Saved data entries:

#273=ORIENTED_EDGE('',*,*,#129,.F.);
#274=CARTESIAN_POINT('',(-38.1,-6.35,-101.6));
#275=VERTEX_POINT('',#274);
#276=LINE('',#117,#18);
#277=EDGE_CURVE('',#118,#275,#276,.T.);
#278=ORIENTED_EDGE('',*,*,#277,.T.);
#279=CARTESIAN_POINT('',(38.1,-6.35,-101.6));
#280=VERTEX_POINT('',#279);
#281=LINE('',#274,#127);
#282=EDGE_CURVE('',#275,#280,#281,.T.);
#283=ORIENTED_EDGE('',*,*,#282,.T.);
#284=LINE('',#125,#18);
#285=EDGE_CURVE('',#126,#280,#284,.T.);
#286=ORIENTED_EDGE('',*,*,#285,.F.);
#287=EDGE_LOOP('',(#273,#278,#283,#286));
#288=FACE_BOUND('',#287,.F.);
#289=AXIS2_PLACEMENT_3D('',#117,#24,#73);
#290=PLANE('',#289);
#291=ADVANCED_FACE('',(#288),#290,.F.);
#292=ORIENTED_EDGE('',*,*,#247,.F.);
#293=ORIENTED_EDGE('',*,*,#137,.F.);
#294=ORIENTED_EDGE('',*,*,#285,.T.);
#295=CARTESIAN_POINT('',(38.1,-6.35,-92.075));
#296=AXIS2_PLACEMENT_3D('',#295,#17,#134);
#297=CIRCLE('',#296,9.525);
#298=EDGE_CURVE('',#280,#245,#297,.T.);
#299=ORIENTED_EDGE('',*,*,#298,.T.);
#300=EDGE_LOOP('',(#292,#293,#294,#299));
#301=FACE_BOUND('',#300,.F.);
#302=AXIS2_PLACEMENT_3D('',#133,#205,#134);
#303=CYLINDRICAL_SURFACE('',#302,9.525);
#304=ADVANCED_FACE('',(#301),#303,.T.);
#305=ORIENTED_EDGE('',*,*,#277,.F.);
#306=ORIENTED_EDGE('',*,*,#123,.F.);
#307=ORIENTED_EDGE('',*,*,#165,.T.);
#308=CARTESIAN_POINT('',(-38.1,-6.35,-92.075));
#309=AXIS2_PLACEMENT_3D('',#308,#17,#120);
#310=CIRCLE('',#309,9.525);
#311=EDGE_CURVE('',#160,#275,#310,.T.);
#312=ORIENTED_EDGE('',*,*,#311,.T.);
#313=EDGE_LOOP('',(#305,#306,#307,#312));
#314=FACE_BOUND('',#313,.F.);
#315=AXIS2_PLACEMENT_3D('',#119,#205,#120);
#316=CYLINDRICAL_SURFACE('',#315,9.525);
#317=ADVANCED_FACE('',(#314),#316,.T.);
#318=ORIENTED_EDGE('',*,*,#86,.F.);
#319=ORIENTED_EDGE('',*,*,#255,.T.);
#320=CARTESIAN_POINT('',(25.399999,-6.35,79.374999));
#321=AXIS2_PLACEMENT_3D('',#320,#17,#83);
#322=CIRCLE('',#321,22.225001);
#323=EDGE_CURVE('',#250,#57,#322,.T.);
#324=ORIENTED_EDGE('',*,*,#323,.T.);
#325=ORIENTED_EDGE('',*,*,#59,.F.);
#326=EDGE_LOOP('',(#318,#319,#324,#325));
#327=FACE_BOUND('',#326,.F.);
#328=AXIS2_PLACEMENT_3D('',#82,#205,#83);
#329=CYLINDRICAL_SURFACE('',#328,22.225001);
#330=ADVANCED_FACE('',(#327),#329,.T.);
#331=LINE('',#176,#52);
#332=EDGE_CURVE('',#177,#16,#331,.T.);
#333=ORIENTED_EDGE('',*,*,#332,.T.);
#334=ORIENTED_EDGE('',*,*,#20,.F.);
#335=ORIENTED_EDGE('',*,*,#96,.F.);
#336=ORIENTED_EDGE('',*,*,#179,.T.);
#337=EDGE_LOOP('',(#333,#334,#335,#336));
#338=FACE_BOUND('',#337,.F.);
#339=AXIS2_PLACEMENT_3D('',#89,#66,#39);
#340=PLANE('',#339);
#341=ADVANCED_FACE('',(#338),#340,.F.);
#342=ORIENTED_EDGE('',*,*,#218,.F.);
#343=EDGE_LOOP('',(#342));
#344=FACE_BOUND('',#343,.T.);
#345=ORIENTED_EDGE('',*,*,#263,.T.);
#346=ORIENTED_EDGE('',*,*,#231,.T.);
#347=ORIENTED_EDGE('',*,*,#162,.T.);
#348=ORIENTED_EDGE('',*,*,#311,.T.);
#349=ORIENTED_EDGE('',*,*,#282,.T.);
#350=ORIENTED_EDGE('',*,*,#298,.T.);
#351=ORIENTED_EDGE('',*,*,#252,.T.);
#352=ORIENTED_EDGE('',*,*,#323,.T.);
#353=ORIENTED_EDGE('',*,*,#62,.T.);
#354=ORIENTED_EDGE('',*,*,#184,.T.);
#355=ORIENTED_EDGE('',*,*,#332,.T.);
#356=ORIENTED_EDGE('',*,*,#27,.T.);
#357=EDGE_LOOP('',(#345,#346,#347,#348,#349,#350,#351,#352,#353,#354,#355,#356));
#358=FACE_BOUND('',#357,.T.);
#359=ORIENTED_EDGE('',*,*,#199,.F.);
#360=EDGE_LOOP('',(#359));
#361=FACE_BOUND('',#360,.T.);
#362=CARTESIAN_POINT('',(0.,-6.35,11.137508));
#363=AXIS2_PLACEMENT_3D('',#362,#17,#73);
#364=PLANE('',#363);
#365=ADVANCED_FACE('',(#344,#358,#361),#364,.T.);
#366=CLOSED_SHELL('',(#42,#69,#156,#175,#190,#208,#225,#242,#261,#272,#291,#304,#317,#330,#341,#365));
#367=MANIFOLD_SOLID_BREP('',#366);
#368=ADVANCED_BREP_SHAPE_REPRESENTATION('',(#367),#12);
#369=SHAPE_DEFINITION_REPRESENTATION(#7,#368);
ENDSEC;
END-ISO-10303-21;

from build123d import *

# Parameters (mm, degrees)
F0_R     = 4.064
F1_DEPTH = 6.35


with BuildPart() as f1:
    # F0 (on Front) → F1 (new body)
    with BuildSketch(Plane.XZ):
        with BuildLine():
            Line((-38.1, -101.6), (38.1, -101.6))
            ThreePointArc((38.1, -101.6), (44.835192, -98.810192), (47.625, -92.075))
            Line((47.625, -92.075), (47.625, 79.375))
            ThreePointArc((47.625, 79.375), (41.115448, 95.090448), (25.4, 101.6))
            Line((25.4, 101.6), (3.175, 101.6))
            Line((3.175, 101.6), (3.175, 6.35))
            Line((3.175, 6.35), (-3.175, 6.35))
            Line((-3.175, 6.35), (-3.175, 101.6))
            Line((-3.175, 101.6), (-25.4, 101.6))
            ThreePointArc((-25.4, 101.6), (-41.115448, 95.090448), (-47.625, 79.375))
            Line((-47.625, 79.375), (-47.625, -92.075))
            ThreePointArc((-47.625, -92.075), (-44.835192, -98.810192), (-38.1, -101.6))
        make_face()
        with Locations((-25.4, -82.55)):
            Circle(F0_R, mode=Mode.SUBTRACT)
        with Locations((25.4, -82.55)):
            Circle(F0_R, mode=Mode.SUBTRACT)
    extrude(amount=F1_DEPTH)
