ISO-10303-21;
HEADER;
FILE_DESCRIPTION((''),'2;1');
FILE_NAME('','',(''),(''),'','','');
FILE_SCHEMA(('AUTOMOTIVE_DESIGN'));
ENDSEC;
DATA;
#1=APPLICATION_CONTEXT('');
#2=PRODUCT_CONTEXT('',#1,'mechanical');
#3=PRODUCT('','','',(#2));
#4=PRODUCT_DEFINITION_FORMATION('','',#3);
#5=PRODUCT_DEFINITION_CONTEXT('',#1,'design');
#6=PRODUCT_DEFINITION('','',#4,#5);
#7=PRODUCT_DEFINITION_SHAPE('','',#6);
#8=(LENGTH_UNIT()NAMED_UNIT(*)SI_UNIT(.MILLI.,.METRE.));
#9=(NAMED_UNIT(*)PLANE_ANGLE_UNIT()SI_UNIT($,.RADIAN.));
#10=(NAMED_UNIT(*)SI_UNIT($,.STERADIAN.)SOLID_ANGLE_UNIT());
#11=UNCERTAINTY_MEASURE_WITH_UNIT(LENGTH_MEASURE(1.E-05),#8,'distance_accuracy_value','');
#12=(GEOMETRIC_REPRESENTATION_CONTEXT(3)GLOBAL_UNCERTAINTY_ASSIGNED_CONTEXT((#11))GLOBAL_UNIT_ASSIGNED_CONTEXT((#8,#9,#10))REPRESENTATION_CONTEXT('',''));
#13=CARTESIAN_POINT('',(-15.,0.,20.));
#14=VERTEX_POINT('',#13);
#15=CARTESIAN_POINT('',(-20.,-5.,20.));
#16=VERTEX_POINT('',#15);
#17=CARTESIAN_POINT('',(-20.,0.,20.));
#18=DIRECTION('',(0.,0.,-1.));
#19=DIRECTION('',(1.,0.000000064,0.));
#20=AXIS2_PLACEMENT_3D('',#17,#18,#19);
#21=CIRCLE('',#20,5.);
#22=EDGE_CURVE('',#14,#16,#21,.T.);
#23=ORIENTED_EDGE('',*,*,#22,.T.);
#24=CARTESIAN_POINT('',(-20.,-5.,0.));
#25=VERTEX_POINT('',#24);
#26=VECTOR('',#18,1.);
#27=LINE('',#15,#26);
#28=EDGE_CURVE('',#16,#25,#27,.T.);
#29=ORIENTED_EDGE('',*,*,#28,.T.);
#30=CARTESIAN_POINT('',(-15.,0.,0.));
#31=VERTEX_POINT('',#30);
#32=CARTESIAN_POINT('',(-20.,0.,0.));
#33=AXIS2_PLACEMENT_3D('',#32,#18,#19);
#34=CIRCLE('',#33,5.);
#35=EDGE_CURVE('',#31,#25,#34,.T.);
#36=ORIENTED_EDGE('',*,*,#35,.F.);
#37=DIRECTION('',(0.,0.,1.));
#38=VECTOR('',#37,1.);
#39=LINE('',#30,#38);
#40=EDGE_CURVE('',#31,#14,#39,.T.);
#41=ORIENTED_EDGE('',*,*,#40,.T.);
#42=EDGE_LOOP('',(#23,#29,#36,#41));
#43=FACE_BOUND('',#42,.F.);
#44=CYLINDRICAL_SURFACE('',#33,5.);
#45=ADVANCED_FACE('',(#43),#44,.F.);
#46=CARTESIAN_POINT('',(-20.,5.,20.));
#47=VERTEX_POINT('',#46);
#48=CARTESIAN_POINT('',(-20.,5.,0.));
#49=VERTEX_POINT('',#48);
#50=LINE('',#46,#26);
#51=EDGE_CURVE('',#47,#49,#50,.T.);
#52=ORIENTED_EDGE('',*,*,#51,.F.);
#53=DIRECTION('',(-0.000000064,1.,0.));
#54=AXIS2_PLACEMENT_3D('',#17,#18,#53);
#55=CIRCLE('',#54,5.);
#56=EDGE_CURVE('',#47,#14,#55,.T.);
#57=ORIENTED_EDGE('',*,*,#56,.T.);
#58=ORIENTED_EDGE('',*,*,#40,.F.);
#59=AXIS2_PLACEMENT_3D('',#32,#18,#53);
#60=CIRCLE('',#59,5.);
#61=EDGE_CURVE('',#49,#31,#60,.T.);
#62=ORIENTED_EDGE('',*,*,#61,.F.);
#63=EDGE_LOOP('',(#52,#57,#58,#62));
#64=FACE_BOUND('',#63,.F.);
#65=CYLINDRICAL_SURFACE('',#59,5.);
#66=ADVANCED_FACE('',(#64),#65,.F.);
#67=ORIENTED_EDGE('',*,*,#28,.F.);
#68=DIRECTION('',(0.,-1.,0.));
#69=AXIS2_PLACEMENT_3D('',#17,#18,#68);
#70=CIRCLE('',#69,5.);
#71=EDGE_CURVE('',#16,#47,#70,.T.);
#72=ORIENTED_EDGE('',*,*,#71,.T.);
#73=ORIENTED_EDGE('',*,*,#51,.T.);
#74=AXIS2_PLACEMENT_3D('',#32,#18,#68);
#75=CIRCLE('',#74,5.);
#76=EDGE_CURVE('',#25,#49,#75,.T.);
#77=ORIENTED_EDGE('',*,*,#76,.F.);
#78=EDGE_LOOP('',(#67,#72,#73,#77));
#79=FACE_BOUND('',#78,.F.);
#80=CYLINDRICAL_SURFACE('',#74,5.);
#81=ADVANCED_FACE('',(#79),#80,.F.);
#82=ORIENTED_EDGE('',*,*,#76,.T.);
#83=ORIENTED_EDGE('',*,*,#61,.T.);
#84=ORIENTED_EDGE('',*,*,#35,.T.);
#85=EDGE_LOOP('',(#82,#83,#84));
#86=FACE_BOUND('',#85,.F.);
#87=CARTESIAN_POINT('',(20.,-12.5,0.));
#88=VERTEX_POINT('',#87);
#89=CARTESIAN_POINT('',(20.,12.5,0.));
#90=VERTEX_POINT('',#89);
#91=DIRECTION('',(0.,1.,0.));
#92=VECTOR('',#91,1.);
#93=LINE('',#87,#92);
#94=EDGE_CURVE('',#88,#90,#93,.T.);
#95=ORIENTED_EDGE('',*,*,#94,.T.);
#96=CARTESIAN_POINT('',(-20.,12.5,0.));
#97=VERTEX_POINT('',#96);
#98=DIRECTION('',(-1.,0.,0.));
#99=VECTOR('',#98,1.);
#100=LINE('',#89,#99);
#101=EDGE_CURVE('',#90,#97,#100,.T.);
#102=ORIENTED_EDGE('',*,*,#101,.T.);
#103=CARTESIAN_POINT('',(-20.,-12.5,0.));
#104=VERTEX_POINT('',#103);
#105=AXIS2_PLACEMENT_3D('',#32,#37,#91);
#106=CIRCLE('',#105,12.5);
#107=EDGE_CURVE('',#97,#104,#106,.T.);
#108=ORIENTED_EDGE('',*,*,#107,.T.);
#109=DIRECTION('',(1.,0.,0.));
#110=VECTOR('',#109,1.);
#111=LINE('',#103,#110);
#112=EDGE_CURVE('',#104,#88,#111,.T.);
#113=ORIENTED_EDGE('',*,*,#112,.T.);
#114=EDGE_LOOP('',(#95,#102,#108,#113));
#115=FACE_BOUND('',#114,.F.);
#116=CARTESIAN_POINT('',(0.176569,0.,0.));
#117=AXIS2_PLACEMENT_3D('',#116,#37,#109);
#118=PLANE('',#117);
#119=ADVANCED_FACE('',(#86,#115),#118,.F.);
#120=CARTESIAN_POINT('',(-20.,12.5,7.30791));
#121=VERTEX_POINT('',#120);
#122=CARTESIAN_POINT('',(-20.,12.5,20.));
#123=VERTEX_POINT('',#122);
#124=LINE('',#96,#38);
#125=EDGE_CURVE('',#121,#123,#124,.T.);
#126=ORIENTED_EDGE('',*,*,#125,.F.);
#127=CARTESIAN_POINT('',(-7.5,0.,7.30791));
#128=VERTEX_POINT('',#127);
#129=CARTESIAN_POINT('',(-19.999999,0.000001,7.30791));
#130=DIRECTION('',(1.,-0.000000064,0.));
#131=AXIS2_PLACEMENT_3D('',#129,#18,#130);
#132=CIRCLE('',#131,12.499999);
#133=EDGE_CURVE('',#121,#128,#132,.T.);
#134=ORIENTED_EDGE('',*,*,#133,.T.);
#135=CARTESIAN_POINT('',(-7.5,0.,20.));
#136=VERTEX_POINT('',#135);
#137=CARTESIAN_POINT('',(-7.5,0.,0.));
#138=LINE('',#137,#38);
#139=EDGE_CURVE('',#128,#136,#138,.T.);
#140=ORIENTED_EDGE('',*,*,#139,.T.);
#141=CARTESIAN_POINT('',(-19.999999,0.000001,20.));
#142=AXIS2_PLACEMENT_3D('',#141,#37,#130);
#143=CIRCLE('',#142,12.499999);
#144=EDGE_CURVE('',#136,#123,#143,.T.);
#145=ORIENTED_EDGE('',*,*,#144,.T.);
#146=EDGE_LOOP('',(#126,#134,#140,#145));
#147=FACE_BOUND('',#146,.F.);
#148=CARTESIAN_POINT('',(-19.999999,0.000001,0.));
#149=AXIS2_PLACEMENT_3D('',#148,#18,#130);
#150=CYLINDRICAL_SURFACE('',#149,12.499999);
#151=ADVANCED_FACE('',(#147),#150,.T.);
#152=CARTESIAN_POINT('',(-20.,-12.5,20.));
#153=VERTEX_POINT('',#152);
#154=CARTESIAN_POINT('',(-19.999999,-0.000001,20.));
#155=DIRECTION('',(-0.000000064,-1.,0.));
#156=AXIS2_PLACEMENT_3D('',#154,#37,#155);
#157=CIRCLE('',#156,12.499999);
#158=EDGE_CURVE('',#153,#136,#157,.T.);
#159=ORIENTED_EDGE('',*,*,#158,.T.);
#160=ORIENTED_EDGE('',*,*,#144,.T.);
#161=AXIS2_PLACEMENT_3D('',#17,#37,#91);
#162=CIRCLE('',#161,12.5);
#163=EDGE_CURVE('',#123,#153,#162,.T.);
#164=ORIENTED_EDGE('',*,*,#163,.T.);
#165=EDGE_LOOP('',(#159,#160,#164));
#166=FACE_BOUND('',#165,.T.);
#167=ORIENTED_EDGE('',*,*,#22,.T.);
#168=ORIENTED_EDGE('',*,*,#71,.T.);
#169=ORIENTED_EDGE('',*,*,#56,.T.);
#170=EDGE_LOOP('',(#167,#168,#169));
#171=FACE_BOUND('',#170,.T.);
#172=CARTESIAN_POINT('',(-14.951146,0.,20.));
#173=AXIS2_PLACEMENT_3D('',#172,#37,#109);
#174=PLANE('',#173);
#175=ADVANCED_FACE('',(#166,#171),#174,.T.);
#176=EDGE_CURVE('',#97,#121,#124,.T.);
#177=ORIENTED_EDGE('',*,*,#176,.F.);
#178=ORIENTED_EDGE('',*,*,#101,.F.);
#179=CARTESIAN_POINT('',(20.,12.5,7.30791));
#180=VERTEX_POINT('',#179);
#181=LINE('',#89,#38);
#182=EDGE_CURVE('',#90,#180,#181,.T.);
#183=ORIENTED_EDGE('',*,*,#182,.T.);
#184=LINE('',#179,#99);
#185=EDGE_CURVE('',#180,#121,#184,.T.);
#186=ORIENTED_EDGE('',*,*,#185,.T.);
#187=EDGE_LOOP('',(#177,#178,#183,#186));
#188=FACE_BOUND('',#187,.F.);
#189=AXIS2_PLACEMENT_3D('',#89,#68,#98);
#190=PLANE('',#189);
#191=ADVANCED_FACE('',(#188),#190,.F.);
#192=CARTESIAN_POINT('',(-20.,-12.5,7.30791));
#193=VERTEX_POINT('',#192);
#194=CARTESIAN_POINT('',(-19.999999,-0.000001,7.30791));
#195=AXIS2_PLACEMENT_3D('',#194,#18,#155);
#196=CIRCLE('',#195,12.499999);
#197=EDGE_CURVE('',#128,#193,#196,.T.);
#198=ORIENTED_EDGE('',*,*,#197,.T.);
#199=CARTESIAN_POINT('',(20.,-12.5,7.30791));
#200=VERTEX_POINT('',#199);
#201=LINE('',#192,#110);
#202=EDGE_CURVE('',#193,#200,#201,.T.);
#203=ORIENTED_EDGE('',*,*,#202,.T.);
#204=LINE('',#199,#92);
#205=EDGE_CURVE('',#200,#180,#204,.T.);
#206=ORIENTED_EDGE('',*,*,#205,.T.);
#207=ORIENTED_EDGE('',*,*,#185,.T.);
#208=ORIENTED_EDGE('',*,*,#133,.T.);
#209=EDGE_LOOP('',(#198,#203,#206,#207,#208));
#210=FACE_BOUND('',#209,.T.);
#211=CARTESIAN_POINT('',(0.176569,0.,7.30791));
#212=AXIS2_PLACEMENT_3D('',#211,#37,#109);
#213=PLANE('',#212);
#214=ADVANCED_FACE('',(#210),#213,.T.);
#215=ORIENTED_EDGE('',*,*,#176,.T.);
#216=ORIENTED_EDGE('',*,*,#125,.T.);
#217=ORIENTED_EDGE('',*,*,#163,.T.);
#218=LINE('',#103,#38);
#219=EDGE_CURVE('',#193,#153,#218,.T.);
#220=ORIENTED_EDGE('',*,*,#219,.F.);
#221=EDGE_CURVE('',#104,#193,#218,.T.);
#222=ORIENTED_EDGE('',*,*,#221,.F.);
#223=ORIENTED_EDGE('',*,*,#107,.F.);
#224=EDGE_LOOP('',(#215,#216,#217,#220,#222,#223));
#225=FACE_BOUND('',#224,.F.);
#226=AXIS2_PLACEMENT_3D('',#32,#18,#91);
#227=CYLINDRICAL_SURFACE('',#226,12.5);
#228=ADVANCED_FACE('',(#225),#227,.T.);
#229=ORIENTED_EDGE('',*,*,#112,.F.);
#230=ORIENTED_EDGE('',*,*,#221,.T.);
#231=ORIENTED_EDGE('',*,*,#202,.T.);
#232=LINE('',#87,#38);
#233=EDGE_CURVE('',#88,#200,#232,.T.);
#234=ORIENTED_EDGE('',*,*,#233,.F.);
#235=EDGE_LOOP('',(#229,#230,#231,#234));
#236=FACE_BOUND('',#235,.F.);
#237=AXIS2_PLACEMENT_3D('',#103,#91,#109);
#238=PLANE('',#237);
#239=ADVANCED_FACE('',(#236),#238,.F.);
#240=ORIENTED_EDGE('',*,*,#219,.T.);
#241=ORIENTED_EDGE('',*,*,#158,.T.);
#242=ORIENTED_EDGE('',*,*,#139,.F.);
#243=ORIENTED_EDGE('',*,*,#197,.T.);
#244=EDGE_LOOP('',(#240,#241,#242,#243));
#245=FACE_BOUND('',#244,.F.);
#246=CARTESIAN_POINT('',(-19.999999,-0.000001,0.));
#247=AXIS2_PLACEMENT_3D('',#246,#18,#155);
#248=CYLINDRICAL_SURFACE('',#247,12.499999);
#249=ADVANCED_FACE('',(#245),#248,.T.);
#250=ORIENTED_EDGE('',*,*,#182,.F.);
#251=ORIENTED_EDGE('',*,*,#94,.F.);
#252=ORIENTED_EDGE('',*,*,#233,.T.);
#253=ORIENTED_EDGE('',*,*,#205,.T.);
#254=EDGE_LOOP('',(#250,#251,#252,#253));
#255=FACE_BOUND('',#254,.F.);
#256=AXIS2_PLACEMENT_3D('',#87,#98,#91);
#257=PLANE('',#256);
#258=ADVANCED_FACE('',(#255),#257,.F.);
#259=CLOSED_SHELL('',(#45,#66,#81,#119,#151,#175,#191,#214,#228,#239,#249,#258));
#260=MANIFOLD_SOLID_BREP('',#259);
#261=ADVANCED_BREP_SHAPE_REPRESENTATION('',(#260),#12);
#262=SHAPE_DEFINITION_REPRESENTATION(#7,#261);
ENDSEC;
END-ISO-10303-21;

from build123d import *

# Parameters (mm, degrees)
F2_DEPTH = 7.30791
F3_DEPTH = 20


with BuildPart() as f2:
    # F0 (on Top) → F2 (new body)
    with BuildSketch(Plane.XY):
        with BuildLine():
            Line((-20, -12.5), (20, -12.5))
            Line((20, -12.5), (20, 12.5))
            Line((20, 12.5), (-20, 12.5))
            ThreePointArc((-20, 12.5), (-11.161165, 8.838835), (-7.5, 0))
            ThreePointArc((-7.5, 0), (-11.161165, -8.838835), (-20, -12.5))
        make_face()
        with BuildLine():
            ThreePointArc((-20, 12.5), (-32.5, 0), (-20, -12.5))
            Line((-20, -12.5), (-20, -5))
            ThreePointArc((-20, -5), (-25, 0), (-20, 5))
            Line((-20, 5), (-20, 12.5))
        make_face()
        with BuildLine():
            Line((-20, -5), (-20, -12.5))
            ThreePointArc((-20, -12.5), (-11.161165, -8.838835), (-7.5, 0))
            ThreePointArc((-7.5, 0), (-11.161165, 8.838835), (-20, 12.5))
            Line((-20, 12.5), (-20, 5))
            ThreePointArc((-20, 5), (-16.464466, 3.535534), (-15, 0))
            ThreePointArc((-15, 0), (-16.464466, -3.535534), (-20, -5))
        make_face()
    extrude(amount=F2_DEPTH)

    # F0 (on Top) → F3 (join)
    with BuildSketch(Plane.XY):
        with BuildLine():
            Line((-20, -5), (-20, -12.5))
            ThreePointArc((-20, -12.5), (-11.161165, -8.838835), (-7.5, 0))
            ThreePointArc((-7.5, 0), (-11.161165, 8.838835), (-20, 12.5))
            Line((-20, 12.5), (-20, 5))
            ThreePointArc((-20, 5), (-16.464466, 3.535534), (-15, 0))
            ThreePointArc((-15, 0), (-16.464466, -3.535534), (-20, -5))
        make_face()
        with BuildLine():
            ThreePointArc((-20, 12.5), (-32.5, 0), (-20, -12.5))
            Line((-20, -12.5), (-20, -5))
            ThreePointArc((-20, -5), (-25, 0), (-20, 5))
            Line((-20, 5), (-20, 12.5))
        make_face()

▸ Goal of the exercise
In the entries above, find the line with "#226=AXIS2_PLACEMENT_3D('',#32,#18,#91);" and the line with "#255=FACE_BOUND('',#254,.F.);", then set down exactly those two and every line between them, nothing else.

▸ Task answer
#226=AXIS2_PLACEMENT_3D('',#32,#18,#91);
#227=CYLINDRICAL_SURFACE('',#226,12.5);
#228=ADVANCED_FACE('',(#225),#227,.T.);
#229=ORIENTED_EDGE('',*,*,#112,.F.);
#230=ORIENTED_EDGE('',*,*,#221,.T.);
#231=ORIENTED_EDGE('',*,*,#202,.T.);
#232=LINE('',#87,#38);
#233=EDGE_CURVE('',#88,#200,#232,.T.);
#234=ORIENTED_EDGE('',*,*,#233,.F.);
#235=EDGE_LOOP('',(#229,#230,#231,#234));
#236=FACE_BOUND('',#235,.F.);
#237=AXIS2_PLACEMENT_3D('',#103,#91,#109);
#238=PLANE('',#237);
#239=ADVANCED_FACE('',(#236),#238,.F.);
#240=ORIENTED_EDGE('',*,*,#219,.T.);
#241=ORIENTED_EDGE('',*,*,#158,.T.);
#242=ORIENTED_EDGE('',*,*,#139,.F.);
#243=ORIENTED_EDGE('',*,*,#197,.T.);
#244=EDGE_LOOP('',(#240,#241,#242,#243));
#245=FACE_BOUND('',#244,.F.);
#246=CARTESIAN_POINT('',(-19.999999,-0.000001,0.));
#247=AXIS2_PLACEMENT_3D('',#246,#18,#155);
#248=CYLINDRICAL_SURFACE('',#247,12.499999);
#249=ADVANCED_FACE('',(#245),#248,.T.);
#250=ORIENTED_EDGE('',*,*,#182,.F.);
#251=ORIENTED_EDGE('',*,*,#94,.F.);
#252=ORIENTED_EDGE('',*,*,#233,.T.);
#253=ORIENTED_EDGE('',*,*,#205,.T.);
#254=EDGE_LOOP('',(#250,#251,#252,#253));
#255=FACE_BOUND('',#254,.F.);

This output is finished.